Naked Capitalism has the article James Galbraith Describes Major Forecast Failure in Model Used by Romers to Attack Friedman on Sanders Plan.
So why do the Romers say so confidently that Friedman is off base? They are using a different model. And as Galbraith explains long-form, it’s one with a pretty crappy track record in post-crisis America. And Galbraith gives an important warning:
In the real world, forecasts are a very weak guide to policy; when attempting to make major changes the right strategy is to proceed and to take up the challenge of obstacles or changing circumstances as they arise. That is, after all, what Roosevelt did in the New Deal and what Lyndon Johnson did in the 1960s. Neither one could have proceeded if today’s economists had been around at that time.
This is a shocking description of the failures of the ecnomists in the Obama administration who are now throwing stones at Bernie Sanders.
One of the things about Obama that I voted for was the belief that he was a practical guy who would follow Roosevelt’s technique “proceed and to take up the challenge of obstacles or changing circumstances as they arise”
I knew that Obama had failed to meet my expectations in this regard, but until I read this article, I never realized the depths of that failure.
I think I have a special appreciation for the mathematics underpinning the wisdom of constantly checking your results, and adjusting to deviations from expectations.
My explanation below is even more abstract than the James Galbraith explanation of the problems of economic forecasting. I really don’t expect anybody to undersyand what comes below except for people who have also been in my trade of simulation of the behavior of integrated circuits.

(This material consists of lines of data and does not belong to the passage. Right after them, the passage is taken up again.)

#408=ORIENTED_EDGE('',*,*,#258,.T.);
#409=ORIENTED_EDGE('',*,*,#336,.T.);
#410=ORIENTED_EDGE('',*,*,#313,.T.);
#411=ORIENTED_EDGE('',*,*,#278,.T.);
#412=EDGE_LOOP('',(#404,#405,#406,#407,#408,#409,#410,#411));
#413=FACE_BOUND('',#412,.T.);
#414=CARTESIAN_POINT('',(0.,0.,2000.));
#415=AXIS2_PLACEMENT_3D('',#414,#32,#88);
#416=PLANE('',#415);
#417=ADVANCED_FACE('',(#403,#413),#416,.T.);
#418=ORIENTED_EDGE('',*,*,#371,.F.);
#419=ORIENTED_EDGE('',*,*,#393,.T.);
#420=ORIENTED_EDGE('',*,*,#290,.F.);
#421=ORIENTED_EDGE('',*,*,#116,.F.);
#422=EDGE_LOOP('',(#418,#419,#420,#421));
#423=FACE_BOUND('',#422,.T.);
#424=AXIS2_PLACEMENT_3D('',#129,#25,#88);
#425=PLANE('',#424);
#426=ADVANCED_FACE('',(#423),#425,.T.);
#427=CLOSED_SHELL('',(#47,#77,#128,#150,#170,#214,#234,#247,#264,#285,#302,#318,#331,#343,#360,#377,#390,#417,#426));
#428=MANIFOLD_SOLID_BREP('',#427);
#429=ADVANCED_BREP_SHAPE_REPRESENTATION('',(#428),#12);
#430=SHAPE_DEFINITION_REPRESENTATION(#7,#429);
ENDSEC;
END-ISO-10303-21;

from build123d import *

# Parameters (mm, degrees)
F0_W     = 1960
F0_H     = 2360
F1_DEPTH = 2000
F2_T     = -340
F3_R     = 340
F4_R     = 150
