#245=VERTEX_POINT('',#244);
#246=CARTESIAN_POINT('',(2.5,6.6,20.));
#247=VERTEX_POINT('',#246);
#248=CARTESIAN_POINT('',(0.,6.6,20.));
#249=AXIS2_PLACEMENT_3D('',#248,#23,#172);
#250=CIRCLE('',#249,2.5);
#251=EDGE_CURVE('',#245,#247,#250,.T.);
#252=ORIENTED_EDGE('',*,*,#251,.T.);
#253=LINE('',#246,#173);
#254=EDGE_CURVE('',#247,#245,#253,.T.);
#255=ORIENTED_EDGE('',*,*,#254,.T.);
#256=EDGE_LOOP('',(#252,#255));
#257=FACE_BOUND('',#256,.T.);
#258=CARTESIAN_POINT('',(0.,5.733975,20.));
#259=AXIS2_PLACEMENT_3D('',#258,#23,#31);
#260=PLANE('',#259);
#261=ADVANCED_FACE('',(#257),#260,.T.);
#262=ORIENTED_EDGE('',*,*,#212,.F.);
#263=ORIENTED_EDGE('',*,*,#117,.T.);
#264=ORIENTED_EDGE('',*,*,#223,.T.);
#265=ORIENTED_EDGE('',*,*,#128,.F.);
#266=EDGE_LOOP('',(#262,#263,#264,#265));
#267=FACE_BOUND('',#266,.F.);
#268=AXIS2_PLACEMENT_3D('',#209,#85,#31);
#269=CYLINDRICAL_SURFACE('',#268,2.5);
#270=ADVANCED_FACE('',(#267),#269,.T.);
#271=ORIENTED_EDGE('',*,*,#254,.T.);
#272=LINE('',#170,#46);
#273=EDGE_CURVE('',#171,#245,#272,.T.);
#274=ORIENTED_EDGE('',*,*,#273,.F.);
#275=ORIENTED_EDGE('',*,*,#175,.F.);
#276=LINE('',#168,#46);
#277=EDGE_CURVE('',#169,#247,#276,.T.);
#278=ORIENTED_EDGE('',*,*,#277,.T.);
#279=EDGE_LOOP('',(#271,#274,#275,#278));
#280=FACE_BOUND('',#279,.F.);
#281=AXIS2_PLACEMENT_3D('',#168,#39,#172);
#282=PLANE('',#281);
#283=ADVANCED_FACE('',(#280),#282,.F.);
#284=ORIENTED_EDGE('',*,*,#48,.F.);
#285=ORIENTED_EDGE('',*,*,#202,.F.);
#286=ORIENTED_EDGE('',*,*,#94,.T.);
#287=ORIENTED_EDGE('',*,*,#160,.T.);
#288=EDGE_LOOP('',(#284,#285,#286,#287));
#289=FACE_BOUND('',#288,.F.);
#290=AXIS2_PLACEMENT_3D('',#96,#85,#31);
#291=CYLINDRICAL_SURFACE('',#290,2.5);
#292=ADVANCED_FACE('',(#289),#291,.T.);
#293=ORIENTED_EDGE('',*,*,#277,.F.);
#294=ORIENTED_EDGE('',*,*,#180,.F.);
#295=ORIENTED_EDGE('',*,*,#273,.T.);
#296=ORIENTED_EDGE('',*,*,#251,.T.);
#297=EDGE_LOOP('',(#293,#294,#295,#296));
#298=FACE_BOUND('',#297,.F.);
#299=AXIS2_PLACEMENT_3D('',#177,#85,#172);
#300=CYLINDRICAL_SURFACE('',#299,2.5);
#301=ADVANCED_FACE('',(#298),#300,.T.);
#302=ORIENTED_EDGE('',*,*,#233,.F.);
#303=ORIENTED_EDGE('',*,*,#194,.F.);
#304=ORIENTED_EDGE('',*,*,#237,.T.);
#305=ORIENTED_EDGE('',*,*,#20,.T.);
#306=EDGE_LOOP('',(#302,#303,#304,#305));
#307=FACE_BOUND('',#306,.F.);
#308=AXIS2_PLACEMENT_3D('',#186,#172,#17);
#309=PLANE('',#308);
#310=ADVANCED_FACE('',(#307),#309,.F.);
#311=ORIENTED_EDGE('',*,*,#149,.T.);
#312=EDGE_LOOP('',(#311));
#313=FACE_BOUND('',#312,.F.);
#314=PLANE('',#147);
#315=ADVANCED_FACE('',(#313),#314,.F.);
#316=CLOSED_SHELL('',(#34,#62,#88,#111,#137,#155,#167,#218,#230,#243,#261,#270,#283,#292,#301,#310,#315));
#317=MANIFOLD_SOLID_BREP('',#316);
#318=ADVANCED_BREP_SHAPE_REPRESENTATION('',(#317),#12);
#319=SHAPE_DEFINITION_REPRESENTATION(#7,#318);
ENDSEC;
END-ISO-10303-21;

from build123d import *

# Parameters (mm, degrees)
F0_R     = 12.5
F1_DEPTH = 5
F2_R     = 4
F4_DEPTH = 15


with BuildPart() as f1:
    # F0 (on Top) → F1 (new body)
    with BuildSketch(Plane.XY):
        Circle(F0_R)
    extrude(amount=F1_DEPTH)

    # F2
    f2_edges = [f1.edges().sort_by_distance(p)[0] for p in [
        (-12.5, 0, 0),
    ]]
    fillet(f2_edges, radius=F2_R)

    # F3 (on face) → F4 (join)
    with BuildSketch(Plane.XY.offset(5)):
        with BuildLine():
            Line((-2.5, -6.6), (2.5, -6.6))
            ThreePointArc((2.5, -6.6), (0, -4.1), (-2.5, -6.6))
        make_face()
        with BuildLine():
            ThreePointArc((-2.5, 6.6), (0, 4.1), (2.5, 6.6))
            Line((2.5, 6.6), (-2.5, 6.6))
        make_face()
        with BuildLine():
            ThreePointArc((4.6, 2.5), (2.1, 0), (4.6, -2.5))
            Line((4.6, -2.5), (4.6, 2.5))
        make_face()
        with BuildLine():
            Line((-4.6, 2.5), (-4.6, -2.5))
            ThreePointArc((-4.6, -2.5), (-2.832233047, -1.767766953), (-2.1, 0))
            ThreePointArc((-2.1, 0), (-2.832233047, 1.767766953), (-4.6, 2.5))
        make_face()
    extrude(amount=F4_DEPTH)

When I first got into the business in 1969, there were severe limits on the performance of circuit simulation programs. If you tried to make too large jumps in time in your simulation, the results could predict wild oscillations in the circuits where none existed.
This was due to a method called explicit integration. In that method, you would take a few historical points in time of your simulation, and use it to predict behavior at the next point in time. You never checked to see if that prediction was continuing to satisfy the equations governing the system as a whole. To prevent the problem of oscillation, you were forced to limit yourself to time steps not larger than those limited by the smallest time constants anywhere in your circuit. This limitation would keep the errors to a reasonable level, but it really slowed down the simulator by orders of magnitude. The reason why people stuck to explicit integration was that solving the circuit equations to check for errors was an extremely compute intensive process.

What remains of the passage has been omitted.